John Spencer

Biographical details
- Born: March 4, 1937 Denver, Colorado, U.S.
- Died: July 10, 2021 (aged 84)
- Alma mater: Shepherd College Appalachian State Teachers College

Playing career

Football
- 1957–1960: Shepherd
- Position: Tackle

Coaching career (HC unless noted)

Football
- 1961–1965: Gardner–Webb (assistant)
- 1966: Shepherd (line)
- 1967: Bridgewater (assistant)
- 1968–1984: Bridgewater
- 1985–2002: Bridgewater (LB)

Track and field
- 1961–1965: Gardner–Webb

Head coaching record
- Overall: 56–93–3 (football)

Accomplishments and honors

Championships
- Football 1 ODAC (1980)

= John Spencer (American football) =

American football coach (1937–2021)

John Stewart Spencer (March 4, 1937 – July 10, 2021) was an American college football coach.
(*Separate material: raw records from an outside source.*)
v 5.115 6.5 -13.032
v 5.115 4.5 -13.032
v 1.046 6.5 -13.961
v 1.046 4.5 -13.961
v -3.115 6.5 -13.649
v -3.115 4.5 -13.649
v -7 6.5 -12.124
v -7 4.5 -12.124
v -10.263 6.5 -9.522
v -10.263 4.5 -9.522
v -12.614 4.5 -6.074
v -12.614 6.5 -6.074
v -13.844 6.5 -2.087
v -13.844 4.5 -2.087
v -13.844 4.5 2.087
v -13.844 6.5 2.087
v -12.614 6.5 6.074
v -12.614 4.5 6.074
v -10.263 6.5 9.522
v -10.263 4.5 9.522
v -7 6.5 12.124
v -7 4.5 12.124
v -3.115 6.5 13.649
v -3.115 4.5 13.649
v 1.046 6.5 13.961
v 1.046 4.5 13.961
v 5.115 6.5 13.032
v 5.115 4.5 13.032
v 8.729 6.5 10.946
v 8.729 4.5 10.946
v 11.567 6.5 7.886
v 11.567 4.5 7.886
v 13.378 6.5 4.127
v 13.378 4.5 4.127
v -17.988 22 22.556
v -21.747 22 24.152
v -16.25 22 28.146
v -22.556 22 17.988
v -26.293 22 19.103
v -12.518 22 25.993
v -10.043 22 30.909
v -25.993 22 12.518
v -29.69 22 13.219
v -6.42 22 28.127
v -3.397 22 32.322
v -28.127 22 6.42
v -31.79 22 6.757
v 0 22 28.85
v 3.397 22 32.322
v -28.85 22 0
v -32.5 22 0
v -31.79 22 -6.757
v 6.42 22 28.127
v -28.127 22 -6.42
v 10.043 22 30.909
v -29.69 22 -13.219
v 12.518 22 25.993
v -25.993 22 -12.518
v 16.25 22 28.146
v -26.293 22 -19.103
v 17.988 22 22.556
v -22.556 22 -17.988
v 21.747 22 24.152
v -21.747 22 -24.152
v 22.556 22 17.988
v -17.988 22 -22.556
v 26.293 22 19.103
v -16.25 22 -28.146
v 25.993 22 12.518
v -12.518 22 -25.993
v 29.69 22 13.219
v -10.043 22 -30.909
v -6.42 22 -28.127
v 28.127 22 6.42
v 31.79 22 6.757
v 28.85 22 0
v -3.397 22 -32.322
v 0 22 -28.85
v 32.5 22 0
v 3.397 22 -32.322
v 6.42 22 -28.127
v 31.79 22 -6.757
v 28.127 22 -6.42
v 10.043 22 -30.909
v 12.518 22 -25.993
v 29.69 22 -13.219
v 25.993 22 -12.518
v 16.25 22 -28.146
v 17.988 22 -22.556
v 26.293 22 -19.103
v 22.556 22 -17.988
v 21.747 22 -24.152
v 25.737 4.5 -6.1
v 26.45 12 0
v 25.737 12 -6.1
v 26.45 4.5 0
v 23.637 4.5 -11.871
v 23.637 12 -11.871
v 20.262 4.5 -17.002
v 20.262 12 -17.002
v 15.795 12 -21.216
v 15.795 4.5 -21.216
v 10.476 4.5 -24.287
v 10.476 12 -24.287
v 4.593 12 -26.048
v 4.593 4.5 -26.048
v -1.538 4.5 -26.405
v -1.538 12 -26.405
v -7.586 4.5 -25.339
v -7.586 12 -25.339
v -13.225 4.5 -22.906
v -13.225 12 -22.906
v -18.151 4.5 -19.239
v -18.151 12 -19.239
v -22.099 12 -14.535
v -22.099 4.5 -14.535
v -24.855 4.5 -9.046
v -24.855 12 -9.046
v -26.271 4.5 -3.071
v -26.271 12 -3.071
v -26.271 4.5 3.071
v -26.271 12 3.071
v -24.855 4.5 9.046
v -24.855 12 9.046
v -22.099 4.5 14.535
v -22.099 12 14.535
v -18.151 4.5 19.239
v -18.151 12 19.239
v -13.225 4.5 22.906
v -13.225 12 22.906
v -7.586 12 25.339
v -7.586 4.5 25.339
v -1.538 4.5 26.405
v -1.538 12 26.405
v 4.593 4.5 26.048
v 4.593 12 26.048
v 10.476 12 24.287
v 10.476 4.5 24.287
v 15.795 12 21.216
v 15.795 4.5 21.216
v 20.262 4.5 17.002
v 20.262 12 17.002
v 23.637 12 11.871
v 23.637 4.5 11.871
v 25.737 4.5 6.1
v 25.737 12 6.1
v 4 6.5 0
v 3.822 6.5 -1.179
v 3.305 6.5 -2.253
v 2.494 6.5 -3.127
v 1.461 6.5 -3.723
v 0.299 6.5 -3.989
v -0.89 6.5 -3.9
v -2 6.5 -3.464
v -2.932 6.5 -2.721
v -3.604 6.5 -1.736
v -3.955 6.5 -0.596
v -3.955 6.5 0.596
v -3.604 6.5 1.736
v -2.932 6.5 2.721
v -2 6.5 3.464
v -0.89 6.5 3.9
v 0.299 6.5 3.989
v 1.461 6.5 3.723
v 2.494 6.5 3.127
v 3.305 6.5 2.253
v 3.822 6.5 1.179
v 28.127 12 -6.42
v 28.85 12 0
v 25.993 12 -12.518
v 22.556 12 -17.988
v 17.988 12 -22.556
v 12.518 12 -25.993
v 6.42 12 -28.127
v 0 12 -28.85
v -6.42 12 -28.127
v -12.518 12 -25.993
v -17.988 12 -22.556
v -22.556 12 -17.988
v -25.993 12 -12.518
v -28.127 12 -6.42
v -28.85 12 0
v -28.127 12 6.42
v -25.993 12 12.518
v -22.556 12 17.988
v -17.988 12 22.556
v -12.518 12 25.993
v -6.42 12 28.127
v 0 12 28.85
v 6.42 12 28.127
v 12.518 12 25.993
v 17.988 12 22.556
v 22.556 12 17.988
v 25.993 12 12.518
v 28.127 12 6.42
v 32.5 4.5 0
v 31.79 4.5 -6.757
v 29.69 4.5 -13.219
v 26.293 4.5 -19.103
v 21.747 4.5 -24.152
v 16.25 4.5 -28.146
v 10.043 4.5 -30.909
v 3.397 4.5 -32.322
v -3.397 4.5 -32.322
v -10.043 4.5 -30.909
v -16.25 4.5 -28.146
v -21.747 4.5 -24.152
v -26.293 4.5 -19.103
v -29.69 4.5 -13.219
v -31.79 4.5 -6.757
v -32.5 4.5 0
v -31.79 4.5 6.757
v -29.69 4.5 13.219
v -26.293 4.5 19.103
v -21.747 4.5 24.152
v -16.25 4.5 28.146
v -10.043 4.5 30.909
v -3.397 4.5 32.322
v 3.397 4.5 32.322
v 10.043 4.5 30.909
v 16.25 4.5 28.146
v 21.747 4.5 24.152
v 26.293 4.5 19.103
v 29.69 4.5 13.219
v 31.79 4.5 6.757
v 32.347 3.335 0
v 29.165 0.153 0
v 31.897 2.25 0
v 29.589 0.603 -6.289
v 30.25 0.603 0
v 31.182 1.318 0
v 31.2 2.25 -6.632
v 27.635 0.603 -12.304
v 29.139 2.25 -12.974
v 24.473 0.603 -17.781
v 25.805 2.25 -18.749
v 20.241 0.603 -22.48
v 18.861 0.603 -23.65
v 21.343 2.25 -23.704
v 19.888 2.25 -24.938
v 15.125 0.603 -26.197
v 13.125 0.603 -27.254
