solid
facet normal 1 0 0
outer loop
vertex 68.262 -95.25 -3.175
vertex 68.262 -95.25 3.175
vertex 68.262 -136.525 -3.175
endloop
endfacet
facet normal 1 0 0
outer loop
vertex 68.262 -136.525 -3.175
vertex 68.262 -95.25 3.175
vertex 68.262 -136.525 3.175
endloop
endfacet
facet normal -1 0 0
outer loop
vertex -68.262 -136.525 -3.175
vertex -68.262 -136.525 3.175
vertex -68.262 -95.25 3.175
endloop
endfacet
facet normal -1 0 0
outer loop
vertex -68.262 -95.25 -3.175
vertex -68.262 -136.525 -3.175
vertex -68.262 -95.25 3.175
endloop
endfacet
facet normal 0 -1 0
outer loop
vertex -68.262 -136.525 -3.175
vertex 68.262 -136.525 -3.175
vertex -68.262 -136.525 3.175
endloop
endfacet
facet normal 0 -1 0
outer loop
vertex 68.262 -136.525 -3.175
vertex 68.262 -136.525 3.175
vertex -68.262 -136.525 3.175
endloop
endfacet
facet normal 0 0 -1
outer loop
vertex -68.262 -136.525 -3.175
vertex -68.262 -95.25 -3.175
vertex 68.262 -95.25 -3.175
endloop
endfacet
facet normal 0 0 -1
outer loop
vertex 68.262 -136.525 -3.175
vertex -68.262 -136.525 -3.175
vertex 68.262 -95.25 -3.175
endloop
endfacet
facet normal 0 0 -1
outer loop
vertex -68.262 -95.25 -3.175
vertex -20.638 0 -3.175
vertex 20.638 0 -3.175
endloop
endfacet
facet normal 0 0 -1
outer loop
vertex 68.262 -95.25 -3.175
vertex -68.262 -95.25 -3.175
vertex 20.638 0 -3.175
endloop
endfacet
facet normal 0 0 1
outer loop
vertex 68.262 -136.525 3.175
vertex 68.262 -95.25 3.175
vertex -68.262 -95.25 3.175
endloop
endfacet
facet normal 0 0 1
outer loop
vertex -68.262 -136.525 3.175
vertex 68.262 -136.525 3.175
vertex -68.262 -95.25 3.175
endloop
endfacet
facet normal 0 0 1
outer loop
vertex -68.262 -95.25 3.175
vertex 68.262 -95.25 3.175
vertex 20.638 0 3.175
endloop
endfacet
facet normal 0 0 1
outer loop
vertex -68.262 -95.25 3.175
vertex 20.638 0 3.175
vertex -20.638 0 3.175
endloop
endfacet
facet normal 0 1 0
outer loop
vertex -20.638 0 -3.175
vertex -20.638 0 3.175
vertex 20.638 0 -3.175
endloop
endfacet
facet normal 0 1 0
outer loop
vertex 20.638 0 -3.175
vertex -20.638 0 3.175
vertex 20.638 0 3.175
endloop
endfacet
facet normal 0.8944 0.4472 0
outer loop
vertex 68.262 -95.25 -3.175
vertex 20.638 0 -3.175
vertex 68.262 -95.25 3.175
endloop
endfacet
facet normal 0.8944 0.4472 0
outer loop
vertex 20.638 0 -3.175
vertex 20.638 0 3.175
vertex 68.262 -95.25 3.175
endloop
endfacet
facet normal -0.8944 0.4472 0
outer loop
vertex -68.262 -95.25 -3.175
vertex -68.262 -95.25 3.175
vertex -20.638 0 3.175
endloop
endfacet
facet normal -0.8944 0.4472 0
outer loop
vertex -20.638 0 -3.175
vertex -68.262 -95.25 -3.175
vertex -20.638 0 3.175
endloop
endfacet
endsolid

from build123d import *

# Parameters (mm, degrees)
SKETCH1_R           = 7.14375
BOSS_EXTRUDE1_DEPTH = 3.175
BOSS_EXTRUDE3_START = -6.35
SKETCH2_R           = 7.14375
BOSS_EXTRUDE3_DEPTH = 6.35


with BuildPart() as part:
    # Sketch1 → Boss-Extrude1 (new, symmetric)
    with BuildSketch(Plane.XY):
        Polygon((-20.6375, 0), (20.6375, 0), (68.2625, -95.25), (68.2625, -136.525), (-68.2625, -136.525), (-68.2625, -95.25), align=None)
        with Locations((0, -115.8875)):
            Circle(SKETCH1_R, mode=Mode.SUBTRACT)
        with Locations((0, -68.2625)):
            Circle(SKETCH1_R, mode=Mode.SUBTRACT)
        with Locations((0, -20.6375)):
            Circle(SKETCH1_R, mode=Mode.SUBTRACT)
        with Locations((47.625, -115.8875)):
            Circle(SKETCH1_R, mode=Mode.SUBTRACT)
        with Locations((-47.625, -115.8875)):
            Circle(SKETCH1_R, mode=Mode.SUBTRACT)
    extrude(amount=BOSS_EXTRUDE1_DEPTH, both=True)

    # Sketch2 → Boss-Extrude3 (add)
    with BuildSketch(Plane.XY.offset(3.175).offset(BOSS_EXTRUDE3_START)):
        with Locations((0, -68.2625)):
            Circle(SKETCH2_R)
        with Locations((0, -20.6375)):
            Circle(SKETCH2_R)
        with Locations((-47.625, -115.8875)):
            Circle(SKETCH2_R)
        with Locations((0, -115.8875)):
            Circle(SKETCH2_R)
        with Locations((47.625, -115.8875)):
            Circle(SKETCH2_R)
    extrude(amount=BOSS_EXTRUDE3_DEPTH)


solid = part.part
He was the head football coach for Bridgewater College in Bridgewater, Virginia from 1968 to 1984, compiling a record of 56–93–3.

==Playing career==
Spencer was born in Denver and played high school football at Northwestern Senior High School in Baltimore. He played college football for Shepherd as a tackle.

==Coaching career==
Spencer started his career as an assistant coach for Gardner–Webb in 1961. In 1966, he joined his alma mater, Shepherd, as the line coach. In 1967, he became an assistant coach for Bridgewater. The following year, in 1968, Spencer was named head football coach. In seventeen seasons as head coach, he finished with an overall record of 56–93–3. His best season came in 1980 when he led his team to a 6–3 record and an Old Dominion Athletic Conference (ODAC) title. He resigned following the 1984 season. From 1985 until his retirement in 2002, he served as the linebackers coach through four coaching tenures: Joe Bush, Dan Antolik, Max Lowe, and Mike Clark.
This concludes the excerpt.